■ **YOUR TASK**
Please give back only the lines below from the one containing "e69 v54 v55 LINE" to the one containing "face PLANE(AX(P(-0.0008,73.6793,0),D(-1,0,0),D(0,-1,0))) rev", each repeated word for word, both ends included.

■ **MATERIAL FOR THIS TASK**

============================================================

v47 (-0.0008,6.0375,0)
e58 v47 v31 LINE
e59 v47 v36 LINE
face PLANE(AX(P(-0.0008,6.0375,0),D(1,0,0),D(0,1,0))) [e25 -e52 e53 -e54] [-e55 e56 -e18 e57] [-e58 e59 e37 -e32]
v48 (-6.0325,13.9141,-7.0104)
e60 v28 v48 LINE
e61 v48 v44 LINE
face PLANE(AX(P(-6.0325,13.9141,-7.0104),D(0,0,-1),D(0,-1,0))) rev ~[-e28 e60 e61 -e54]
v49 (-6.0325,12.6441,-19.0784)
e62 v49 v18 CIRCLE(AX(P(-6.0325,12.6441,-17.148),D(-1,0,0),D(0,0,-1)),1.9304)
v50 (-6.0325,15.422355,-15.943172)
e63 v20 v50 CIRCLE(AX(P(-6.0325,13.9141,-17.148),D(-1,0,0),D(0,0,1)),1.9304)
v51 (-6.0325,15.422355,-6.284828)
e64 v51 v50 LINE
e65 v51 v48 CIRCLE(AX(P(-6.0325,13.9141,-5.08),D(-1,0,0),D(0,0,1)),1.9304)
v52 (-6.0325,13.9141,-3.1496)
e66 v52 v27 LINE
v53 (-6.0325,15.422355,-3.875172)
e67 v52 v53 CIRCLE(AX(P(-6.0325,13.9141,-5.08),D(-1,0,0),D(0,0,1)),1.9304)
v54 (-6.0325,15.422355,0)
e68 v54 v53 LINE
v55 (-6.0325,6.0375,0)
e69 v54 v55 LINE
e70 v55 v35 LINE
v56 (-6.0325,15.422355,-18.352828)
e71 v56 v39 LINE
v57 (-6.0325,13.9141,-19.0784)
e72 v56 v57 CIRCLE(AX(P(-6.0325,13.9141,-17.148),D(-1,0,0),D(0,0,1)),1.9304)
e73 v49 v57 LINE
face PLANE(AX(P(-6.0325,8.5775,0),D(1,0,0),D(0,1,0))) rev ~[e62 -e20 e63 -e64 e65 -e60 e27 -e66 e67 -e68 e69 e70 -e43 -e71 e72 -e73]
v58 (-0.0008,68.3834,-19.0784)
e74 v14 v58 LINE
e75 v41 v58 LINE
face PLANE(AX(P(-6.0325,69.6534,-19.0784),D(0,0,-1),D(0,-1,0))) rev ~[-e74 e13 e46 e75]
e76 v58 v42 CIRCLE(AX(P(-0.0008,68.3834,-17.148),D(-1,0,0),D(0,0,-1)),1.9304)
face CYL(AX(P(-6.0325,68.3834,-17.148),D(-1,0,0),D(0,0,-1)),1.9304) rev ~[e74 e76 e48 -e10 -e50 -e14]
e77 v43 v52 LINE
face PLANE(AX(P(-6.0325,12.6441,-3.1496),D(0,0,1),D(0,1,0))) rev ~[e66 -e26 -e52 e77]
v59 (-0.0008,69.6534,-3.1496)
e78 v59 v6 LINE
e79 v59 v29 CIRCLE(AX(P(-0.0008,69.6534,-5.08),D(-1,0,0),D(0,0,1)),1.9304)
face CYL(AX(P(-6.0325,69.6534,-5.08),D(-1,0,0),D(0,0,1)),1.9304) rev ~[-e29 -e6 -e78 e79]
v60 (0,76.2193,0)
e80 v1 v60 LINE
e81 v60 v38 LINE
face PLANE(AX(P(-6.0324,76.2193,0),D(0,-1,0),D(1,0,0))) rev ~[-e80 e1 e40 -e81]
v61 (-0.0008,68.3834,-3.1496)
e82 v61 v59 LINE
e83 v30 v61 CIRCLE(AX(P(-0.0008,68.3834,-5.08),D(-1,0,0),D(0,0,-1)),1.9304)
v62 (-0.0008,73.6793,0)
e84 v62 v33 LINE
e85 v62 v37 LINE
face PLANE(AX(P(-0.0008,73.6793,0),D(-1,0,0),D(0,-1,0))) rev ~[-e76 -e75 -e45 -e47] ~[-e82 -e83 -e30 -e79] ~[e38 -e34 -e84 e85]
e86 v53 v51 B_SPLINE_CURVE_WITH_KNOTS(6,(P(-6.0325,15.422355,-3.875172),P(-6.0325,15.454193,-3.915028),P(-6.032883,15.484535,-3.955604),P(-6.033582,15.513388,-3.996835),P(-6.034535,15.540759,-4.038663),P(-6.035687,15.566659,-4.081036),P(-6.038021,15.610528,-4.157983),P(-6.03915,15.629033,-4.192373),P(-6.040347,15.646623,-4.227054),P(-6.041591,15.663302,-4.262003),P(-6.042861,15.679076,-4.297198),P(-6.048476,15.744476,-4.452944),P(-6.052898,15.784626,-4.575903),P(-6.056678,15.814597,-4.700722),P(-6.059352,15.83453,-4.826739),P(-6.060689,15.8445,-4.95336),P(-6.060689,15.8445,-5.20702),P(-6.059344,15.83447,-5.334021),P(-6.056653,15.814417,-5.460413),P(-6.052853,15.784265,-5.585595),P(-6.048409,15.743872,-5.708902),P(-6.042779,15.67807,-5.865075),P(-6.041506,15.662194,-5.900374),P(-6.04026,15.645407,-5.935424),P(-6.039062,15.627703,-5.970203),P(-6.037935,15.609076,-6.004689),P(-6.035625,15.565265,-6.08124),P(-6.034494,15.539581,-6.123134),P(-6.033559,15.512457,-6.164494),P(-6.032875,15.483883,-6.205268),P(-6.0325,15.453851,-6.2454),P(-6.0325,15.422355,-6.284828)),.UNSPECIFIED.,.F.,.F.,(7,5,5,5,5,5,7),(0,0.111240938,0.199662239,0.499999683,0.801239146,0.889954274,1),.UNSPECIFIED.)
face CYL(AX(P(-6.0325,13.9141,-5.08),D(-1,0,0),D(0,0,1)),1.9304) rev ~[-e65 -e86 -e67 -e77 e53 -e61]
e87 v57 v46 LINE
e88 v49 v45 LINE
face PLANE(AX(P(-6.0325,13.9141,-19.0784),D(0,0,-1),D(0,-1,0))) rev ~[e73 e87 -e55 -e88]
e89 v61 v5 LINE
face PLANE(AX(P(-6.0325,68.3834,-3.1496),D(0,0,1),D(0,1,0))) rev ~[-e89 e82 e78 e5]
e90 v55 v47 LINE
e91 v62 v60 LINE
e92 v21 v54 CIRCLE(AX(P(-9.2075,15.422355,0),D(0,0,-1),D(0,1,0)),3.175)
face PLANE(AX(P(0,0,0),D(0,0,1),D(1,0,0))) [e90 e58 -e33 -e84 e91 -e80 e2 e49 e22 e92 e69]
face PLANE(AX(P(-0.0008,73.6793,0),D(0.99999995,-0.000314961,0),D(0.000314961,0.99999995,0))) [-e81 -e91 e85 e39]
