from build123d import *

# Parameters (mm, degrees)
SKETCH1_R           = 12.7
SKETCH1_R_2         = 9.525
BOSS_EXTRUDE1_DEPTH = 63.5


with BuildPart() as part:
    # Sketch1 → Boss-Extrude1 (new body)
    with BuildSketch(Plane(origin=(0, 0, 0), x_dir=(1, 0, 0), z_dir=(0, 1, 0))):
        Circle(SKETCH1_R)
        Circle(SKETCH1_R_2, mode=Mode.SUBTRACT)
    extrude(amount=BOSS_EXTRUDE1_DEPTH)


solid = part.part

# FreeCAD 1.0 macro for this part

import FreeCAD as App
import Part
import Sketcher
Q = App.Units.Quantity

doc = App.newDocument("Part")
body = doc.addObject("PartDesign::Body", "Body")

# Sketch on XZ plane
sketch1 = body.newObject("Sketcher::SketchObject", "Sketch")
sketch1.AttachmentSupport = (doc.getObject("XZ_Plane"), [""])
sketch1.MapMode = "FlatFace"
sketch1.addGeometry([
    Part.Circle(App.Vector(0, 0, 0), App.Vector(0, 0, 1), 13),
    Part.Circle(App.Vector(0, 0, 0), App.Vector(0, 0, 1), 10),
], False)
sketch1.addConstraint([
    Sketcher.Constraint("Coincident", 0, 3, -1, 1),
    Sketcher.Constraint("Coincident", 1, 3, -1, 1),
    Sketcher.Constraint("Diameter", 0, Q("1 in")),
    Sketcher.Constraint("Diameter", 1, Q("0.75 in")),
])
pad1 = body.newObject("PartDesign::Pad", "Pad")
pad1.Profile = sketch1
pad1.Length = Q("2.5 in")
pad1.Reversed = True

doc.recompute()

============================================================

■ **RESULT OF THE TASK**
e69 v54 v55 LINE
e70 v55 v35 LINE
v56 (-6.0325,15.422355,-18.352828)
e71 v56 v39 LINE
v57 (-6.0325,13.9141,-19.0784)
e72 v56 v57 CIRCLE(AX(P(-6.0325,13.9141,-17.148),D(-1,0,0),D(0,0,1)),1.9304)
e73 v49 v57 LINE
face PLANE(AX(P(-6.0325,8.5775,0),D(1,0,0),D(0,1,0))) rev ~[e62 -e20 e63 -e64 e65 -e60 e27 -e66 e67 -e68 e69 e70 -e43 -e71 e72 -e73]
v58 (-0.0008,68.3834,-19.0784)
e74 v14 v58 LINE
e75 v41 v58 LINE
face PLANE(AX(P(-6.0325,69.6534,-19.0784),D(0,0,-1),D(0,-1,0))) rev ~[-e74 e13 e46 e75]
e76 v58 v42 CIRCLE(AX(P(-0.0008,68.3834,-17.148),D(-1,0,0),D(0,0,-1)),1.9304)
face CYL(AX(P(-6.0325,68.3834,-17.148),D(-1,0,0),D(0,0,-1)),1.9304) rev ~[e74 e76 e48 -e10 -e50 -e14]
e77 v43 v52 LINE
face PLANE(AX(P(-6.0325,12.6441,-3.1496),D(0,0,1),D(0,1,0))) rev ~[e66 -e26 -e52 e77]
v59 (-0.0008,69.6534,-3.1496)
e78 v59 v6 LINE
e79 v59 v29 CIRCLE(AX(P(-0.0008,69.6534,-5.08),D(-1,0,0),D(0,0,1)),1.9304)
face CYL(AX(P(-6.0325,69.6534,-5.08),D(-1,0,0),D(0,0,1)),1.9304) rev ~[-e29 -e6 -e78 e79]
v60 (0,76.2193,0)
e80 v1 v60 LINE
e81 v60 v38 LINE
face PLANE(AX(P(-6.0324,76.2193,0),D(0,-1,0),D(1,0,0))) rev ~[-e80 e1 e40 -e81]
v61 (-0.0008,68.3834,-3.1496)
e82 v61 v59 LINE
e83 v30 v61 CIRCLE(AX(P(-0.0008,68.3834,-5.08),D(-1,0,0),D(0,0,-1)),1.9304)
v62 (-0.0008,73.6793,0)
e84 v62 v33 LINE
e85 v62 v37 LINE
face PLANE(AX(P(-0.0008,73.6793,0),D(-1,0,0),D(0,-1,0))) rev ~[-e76 -e75 -e45 -e47] ~[-e82 -e83 -e30 -e79] ~[e38 -e34 -e84 e85]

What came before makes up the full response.